WORK REQUEST ▸
Working from the top of the records below, reproduce each line exactly, ending once you have written the line containing "LOW_A_ARM_MOUNTING_DEPTH = 18.288".

(Stored entries)
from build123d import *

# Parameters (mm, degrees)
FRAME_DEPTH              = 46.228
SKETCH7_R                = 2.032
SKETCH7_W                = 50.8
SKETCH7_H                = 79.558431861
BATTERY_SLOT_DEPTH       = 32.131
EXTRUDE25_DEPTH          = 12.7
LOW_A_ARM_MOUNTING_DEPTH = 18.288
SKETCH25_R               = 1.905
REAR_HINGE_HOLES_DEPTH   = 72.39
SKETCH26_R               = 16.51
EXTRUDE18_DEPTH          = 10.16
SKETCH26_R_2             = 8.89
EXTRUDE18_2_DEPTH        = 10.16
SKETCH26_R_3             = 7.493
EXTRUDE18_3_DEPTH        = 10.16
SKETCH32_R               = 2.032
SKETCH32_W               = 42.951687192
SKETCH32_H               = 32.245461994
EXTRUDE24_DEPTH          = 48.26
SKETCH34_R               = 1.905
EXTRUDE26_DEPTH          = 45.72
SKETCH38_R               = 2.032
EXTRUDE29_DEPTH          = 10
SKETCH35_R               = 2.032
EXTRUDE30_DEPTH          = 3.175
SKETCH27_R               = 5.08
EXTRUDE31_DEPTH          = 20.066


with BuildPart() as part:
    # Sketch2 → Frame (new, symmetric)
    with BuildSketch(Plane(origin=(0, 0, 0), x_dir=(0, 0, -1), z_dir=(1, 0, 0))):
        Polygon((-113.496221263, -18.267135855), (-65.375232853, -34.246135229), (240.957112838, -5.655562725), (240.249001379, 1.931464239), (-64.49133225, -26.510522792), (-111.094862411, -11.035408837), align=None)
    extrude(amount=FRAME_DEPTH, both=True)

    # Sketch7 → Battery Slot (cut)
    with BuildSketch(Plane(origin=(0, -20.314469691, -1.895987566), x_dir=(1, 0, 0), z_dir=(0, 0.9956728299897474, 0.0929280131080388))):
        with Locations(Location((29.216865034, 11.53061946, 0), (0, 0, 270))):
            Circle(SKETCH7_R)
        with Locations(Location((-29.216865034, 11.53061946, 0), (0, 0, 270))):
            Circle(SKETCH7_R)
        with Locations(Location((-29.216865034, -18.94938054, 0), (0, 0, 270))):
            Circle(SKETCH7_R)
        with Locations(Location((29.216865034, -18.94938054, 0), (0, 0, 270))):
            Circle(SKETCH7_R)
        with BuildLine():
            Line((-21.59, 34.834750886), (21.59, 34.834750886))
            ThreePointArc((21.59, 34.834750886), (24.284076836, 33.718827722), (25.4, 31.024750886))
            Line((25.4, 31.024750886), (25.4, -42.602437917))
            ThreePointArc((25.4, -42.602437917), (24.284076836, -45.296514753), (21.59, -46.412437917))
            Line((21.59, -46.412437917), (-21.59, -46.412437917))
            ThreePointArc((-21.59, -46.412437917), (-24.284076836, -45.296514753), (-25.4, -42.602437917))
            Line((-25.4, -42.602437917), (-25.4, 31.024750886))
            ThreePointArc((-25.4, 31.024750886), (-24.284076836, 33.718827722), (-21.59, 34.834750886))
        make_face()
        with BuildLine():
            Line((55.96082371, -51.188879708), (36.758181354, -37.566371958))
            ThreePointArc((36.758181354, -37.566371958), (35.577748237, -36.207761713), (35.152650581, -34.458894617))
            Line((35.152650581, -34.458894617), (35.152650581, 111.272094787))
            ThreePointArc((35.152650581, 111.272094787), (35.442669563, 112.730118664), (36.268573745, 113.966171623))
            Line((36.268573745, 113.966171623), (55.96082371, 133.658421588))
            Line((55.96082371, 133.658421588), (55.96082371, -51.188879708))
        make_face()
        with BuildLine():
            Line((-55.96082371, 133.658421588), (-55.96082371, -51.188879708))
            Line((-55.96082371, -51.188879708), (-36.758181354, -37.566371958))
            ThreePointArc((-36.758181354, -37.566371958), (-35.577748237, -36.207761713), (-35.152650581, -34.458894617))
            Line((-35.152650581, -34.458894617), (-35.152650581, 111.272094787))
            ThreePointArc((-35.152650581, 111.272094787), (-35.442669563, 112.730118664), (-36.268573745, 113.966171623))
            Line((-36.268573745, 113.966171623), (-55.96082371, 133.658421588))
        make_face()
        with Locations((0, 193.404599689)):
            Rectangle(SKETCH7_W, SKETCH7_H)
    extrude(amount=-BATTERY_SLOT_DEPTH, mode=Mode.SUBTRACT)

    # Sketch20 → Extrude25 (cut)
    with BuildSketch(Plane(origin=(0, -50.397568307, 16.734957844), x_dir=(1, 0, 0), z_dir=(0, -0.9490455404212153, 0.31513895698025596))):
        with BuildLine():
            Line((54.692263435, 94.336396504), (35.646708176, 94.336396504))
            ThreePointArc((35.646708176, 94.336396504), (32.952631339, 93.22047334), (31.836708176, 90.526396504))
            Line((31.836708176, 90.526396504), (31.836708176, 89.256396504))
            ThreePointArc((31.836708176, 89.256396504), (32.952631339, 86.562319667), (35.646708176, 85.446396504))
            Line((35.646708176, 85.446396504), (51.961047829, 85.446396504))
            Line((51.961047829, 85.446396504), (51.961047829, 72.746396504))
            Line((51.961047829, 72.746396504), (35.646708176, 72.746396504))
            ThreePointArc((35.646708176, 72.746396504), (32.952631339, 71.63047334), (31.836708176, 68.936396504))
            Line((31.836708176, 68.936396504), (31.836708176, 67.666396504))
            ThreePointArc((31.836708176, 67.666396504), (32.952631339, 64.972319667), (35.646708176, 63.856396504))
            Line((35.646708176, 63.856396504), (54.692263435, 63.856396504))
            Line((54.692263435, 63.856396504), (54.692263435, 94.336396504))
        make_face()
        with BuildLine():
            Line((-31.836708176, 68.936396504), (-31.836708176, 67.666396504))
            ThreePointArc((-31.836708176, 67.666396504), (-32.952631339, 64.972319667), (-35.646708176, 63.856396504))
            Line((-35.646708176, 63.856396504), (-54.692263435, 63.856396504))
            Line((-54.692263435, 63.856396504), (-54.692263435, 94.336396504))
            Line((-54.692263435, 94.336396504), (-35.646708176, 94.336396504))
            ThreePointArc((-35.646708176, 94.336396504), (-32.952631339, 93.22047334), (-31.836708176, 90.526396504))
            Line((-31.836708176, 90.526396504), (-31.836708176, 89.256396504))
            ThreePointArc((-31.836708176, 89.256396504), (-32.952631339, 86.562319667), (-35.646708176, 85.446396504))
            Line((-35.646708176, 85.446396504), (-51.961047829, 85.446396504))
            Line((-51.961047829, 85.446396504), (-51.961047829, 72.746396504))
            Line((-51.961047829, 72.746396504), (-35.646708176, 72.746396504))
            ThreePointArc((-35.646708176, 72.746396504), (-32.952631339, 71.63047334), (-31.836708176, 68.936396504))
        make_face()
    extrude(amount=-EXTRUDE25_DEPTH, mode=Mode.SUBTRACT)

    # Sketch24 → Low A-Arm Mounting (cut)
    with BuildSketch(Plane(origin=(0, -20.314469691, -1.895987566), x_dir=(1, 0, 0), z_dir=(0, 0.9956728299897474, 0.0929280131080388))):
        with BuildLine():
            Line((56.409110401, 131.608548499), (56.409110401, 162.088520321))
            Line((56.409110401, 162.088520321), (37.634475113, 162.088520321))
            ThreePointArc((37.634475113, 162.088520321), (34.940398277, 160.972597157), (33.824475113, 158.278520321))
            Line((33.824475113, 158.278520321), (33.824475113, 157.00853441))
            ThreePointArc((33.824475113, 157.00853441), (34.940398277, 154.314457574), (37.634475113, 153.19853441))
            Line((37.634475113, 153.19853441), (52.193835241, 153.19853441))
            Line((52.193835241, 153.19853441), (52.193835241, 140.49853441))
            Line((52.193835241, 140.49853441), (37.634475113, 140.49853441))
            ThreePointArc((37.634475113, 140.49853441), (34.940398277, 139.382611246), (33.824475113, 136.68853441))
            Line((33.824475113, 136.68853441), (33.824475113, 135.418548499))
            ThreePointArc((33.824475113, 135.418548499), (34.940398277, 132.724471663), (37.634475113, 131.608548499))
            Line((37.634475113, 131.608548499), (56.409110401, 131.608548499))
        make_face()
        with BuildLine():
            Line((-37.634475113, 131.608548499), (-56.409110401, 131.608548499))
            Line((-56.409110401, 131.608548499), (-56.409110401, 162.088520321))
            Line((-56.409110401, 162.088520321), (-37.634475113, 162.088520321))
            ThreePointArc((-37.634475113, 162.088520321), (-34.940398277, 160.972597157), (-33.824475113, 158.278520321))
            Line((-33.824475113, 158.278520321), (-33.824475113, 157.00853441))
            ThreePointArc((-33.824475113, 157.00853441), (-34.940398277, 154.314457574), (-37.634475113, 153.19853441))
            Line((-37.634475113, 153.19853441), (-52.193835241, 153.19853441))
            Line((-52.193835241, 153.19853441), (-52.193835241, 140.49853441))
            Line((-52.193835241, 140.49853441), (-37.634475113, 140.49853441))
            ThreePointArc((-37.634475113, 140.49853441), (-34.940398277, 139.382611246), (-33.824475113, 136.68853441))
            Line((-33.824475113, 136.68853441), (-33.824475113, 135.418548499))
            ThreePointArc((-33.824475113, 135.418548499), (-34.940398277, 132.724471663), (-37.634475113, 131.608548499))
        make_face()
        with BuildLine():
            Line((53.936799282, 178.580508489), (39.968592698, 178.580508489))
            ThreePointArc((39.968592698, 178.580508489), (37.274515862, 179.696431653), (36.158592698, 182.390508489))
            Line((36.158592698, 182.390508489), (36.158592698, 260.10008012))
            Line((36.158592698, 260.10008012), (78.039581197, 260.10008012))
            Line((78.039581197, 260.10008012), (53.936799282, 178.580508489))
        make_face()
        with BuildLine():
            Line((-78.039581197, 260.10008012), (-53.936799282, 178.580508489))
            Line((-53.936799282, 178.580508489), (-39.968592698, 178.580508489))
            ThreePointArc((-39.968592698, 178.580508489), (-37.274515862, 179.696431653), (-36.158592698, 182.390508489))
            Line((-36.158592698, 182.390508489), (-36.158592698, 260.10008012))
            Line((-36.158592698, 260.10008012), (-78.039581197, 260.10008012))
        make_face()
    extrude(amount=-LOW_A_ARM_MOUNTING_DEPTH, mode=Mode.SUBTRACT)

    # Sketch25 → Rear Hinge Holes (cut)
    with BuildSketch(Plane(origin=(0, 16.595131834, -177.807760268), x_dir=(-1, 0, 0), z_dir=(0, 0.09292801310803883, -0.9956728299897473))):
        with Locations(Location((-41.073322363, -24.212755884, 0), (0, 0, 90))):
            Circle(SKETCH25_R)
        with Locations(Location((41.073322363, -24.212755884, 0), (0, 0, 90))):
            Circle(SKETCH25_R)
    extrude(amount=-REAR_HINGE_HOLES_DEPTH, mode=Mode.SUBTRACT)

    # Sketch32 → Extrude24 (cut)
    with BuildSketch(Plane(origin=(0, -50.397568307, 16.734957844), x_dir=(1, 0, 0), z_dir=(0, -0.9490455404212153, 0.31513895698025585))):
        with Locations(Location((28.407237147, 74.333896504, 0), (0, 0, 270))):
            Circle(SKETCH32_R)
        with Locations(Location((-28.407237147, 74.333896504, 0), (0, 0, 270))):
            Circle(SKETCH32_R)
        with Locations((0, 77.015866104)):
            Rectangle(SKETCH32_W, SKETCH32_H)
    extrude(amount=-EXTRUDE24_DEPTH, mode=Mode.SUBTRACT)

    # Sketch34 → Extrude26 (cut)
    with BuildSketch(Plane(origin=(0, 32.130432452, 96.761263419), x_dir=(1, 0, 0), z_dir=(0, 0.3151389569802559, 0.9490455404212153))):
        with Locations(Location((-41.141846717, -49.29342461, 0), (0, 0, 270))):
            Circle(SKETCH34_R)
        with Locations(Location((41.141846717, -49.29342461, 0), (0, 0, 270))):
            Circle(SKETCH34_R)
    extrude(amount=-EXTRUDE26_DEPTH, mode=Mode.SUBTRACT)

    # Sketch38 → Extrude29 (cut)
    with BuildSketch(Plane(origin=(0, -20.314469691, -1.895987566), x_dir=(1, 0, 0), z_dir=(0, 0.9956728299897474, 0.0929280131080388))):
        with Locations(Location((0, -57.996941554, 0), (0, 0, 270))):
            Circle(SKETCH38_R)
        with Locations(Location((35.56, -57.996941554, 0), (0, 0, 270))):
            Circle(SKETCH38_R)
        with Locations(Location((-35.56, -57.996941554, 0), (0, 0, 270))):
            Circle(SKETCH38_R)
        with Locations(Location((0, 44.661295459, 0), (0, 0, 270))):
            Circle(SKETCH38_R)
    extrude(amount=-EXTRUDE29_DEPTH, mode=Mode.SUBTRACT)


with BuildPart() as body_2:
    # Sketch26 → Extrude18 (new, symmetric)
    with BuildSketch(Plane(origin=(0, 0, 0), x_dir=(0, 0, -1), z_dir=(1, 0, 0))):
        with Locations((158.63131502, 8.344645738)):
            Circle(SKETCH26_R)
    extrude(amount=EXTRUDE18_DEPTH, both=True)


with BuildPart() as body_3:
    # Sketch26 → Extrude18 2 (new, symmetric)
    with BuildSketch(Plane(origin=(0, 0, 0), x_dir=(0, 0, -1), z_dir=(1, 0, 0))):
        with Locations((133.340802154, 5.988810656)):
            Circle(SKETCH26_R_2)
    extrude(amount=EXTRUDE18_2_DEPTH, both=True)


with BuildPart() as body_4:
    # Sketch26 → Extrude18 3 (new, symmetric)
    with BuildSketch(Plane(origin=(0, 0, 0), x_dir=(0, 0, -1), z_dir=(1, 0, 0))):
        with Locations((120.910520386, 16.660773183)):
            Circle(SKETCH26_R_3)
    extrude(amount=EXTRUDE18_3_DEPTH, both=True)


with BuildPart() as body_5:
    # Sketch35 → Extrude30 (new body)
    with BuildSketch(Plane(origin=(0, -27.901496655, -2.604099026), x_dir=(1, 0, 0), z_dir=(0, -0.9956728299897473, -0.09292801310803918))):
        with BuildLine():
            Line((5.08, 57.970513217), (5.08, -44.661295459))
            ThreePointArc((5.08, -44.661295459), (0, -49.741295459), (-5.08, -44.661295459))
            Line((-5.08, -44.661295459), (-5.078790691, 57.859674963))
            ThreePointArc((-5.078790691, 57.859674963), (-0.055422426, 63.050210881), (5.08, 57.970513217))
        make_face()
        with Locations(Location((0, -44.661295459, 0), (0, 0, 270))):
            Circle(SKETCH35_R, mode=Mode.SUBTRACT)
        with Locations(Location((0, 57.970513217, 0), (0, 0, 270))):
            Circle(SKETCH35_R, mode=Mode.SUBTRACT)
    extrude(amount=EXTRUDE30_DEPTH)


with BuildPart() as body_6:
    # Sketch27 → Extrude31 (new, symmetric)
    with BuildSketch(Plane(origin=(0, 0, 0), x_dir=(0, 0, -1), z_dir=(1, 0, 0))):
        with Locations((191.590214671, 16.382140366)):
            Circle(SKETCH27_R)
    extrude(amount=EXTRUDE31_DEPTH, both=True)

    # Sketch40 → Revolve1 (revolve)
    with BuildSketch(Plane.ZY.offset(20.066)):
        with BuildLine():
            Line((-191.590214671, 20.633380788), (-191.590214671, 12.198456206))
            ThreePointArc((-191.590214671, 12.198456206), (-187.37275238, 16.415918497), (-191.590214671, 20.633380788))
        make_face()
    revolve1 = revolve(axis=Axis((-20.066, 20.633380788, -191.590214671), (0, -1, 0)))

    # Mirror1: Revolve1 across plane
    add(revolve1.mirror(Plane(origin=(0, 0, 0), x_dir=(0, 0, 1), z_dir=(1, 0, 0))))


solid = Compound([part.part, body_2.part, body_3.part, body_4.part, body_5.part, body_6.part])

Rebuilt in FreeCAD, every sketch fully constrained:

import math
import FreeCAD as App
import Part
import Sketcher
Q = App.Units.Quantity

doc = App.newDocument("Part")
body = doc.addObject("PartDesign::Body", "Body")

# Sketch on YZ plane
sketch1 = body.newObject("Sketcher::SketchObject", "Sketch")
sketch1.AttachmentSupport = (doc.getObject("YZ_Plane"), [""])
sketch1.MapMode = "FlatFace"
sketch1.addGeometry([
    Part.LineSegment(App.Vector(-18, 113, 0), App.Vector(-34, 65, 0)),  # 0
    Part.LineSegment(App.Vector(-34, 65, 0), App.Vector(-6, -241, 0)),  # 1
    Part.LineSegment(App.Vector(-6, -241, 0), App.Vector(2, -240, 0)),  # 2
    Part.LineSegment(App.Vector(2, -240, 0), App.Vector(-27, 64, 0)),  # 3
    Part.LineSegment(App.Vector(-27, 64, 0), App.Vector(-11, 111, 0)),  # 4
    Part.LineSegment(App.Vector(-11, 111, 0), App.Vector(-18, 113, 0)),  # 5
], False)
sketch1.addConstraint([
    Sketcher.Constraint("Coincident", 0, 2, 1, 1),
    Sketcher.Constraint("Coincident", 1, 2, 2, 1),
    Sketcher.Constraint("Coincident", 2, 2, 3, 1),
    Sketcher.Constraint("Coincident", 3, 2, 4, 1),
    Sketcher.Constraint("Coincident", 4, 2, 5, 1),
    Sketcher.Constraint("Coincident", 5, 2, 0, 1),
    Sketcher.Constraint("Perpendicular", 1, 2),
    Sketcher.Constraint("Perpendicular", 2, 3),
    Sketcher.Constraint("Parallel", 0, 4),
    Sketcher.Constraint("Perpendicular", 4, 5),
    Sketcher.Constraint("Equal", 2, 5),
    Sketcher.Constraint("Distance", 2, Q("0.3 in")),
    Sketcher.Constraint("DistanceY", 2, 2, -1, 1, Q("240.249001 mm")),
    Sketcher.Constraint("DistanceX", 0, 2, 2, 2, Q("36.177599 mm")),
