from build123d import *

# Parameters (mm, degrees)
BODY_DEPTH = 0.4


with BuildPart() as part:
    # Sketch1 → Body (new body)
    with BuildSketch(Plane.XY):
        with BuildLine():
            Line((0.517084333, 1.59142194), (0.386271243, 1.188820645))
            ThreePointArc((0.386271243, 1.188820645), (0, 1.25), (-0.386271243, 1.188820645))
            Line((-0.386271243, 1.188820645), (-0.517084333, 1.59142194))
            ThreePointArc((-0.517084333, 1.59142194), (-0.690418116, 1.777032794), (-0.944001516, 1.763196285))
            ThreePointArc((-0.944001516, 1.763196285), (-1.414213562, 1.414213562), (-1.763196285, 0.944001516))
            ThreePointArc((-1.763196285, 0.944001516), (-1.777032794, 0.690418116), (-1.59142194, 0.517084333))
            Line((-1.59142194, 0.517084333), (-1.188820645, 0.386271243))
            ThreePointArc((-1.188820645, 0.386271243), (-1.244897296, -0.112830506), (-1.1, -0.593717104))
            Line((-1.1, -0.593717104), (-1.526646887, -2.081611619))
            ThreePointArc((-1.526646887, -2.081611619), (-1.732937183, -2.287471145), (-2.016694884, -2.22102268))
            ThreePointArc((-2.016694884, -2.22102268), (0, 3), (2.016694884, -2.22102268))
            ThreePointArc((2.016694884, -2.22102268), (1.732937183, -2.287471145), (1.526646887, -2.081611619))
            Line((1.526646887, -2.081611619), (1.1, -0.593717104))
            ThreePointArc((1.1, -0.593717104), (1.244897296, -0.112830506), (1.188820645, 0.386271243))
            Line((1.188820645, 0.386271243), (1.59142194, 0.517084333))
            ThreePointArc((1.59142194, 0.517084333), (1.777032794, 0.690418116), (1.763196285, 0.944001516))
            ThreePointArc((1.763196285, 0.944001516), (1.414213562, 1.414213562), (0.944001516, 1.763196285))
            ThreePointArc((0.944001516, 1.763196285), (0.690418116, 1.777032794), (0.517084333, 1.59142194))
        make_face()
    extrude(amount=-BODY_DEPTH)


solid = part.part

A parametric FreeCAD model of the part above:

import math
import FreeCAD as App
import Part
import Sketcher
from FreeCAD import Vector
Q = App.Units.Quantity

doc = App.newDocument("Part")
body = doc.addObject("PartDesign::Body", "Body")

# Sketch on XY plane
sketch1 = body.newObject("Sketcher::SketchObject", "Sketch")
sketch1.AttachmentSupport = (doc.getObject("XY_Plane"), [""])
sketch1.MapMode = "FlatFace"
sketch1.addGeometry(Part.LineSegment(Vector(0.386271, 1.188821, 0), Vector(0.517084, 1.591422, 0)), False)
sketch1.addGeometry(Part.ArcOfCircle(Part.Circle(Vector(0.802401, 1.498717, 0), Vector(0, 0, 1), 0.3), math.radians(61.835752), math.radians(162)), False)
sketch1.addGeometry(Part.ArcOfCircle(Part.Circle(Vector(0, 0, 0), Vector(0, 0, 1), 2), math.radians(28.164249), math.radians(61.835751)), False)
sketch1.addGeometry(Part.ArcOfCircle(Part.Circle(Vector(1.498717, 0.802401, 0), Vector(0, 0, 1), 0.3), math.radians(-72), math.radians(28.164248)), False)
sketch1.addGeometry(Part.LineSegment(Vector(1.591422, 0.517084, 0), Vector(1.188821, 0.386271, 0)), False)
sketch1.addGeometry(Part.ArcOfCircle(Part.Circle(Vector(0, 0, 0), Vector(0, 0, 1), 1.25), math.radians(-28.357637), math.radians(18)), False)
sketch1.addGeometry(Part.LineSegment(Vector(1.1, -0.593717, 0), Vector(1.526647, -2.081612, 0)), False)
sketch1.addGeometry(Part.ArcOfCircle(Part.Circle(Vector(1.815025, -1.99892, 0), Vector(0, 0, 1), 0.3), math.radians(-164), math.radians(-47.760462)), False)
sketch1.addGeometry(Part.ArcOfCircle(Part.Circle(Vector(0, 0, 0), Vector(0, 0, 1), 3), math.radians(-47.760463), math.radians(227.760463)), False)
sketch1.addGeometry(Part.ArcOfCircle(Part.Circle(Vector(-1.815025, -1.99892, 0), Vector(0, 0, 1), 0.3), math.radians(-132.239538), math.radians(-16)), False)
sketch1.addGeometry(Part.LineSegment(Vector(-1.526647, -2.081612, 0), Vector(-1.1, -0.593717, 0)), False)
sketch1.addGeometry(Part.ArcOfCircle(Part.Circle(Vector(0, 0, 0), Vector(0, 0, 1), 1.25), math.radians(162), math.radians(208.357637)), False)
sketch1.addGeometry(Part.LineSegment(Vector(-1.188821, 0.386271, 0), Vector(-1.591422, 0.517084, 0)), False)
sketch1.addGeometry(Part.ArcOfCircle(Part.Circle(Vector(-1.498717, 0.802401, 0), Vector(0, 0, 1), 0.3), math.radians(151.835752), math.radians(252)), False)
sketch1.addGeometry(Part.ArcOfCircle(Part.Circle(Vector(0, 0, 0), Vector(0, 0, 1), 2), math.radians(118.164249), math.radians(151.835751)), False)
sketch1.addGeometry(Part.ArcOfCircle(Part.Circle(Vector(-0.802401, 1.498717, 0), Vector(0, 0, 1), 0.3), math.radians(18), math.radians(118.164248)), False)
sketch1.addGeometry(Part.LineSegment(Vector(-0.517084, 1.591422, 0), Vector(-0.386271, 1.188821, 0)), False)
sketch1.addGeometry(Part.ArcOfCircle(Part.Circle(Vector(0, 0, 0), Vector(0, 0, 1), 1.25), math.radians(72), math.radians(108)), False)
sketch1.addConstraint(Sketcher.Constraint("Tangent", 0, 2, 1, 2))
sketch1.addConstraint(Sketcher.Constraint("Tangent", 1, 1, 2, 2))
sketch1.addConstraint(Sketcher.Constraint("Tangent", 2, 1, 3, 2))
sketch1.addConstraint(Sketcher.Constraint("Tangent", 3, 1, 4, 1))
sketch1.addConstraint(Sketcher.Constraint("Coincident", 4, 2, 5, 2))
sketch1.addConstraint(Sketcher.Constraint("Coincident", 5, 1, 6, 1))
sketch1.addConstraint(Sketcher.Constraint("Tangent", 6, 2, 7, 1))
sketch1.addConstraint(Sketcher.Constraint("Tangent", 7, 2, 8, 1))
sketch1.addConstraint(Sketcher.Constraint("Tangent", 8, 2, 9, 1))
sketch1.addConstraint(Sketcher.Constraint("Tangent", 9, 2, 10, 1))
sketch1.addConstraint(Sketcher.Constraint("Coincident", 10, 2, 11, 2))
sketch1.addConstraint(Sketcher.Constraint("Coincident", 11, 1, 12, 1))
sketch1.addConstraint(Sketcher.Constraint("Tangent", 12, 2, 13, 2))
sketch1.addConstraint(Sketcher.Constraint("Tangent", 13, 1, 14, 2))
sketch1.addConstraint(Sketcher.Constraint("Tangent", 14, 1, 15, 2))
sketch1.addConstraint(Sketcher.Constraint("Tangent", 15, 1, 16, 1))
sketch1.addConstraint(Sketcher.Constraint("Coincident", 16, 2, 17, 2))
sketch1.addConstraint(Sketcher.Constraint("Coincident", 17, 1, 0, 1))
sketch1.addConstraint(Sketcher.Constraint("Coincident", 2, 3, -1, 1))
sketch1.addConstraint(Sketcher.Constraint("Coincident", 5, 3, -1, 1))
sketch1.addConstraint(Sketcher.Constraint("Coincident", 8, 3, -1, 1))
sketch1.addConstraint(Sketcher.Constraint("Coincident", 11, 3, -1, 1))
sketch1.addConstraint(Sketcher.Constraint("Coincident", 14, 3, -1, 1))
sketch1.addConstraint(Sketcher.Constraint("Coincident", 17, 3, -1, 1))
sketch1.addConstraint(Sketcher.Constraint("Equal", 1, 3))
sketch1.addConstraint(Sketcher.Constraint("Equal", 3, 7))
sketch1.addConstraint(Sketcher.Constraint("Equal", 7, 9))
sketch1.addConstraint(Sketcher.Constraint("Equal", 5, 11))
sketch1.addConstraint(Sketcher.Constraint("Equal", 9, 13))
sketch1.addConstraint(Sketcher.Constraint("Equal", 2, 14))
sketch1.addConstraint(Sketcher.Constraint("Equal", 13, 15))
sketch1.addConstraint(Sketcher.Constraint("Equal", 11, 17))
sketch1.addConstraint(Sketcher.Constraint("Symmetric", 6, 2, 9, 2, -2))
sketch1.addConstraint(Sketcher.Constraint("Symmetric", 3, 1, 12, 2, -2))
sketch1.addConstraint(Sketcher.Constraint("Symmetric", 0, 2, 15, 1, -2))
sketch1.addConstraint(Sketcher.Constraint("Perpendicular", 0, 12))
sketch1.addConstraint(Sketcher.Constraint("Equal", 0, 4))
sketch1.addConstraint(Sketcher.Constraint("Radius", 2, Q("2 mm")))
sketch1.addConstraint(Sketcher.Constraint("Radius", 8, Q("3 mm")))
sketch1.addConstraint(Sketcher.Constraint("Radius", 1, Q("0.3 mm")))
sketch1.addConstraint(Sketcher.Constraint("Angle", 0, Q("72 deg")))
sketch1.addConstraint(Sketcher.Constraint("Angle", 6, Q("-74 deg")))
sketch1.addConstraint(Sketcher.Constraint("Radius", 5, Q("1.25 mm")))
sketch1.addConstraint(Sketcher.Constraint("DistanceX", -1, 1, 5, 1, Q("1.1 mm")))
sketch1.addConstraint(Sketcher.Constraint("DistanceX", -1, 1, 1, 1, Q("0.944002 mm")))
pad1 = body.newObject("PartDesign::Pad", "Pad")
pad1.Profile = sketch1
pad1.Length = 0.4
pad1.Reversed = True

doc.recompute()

YOUR RESPONSE ▸
from build123d import *

# Parameters (mm, degrees)
FRAME_DEPTH              = 46.228
SKETCH7_R                = 2.032
SKETCH7_W                = 50.8
SKETCH7_H                = 79.558431861
BATTERY_SLOT_DEPTH       = 32.131
EXTRUDE25_DEPTH          = 12.7
LOW_A_ARM_MOUNTING_DEPTH = 18.288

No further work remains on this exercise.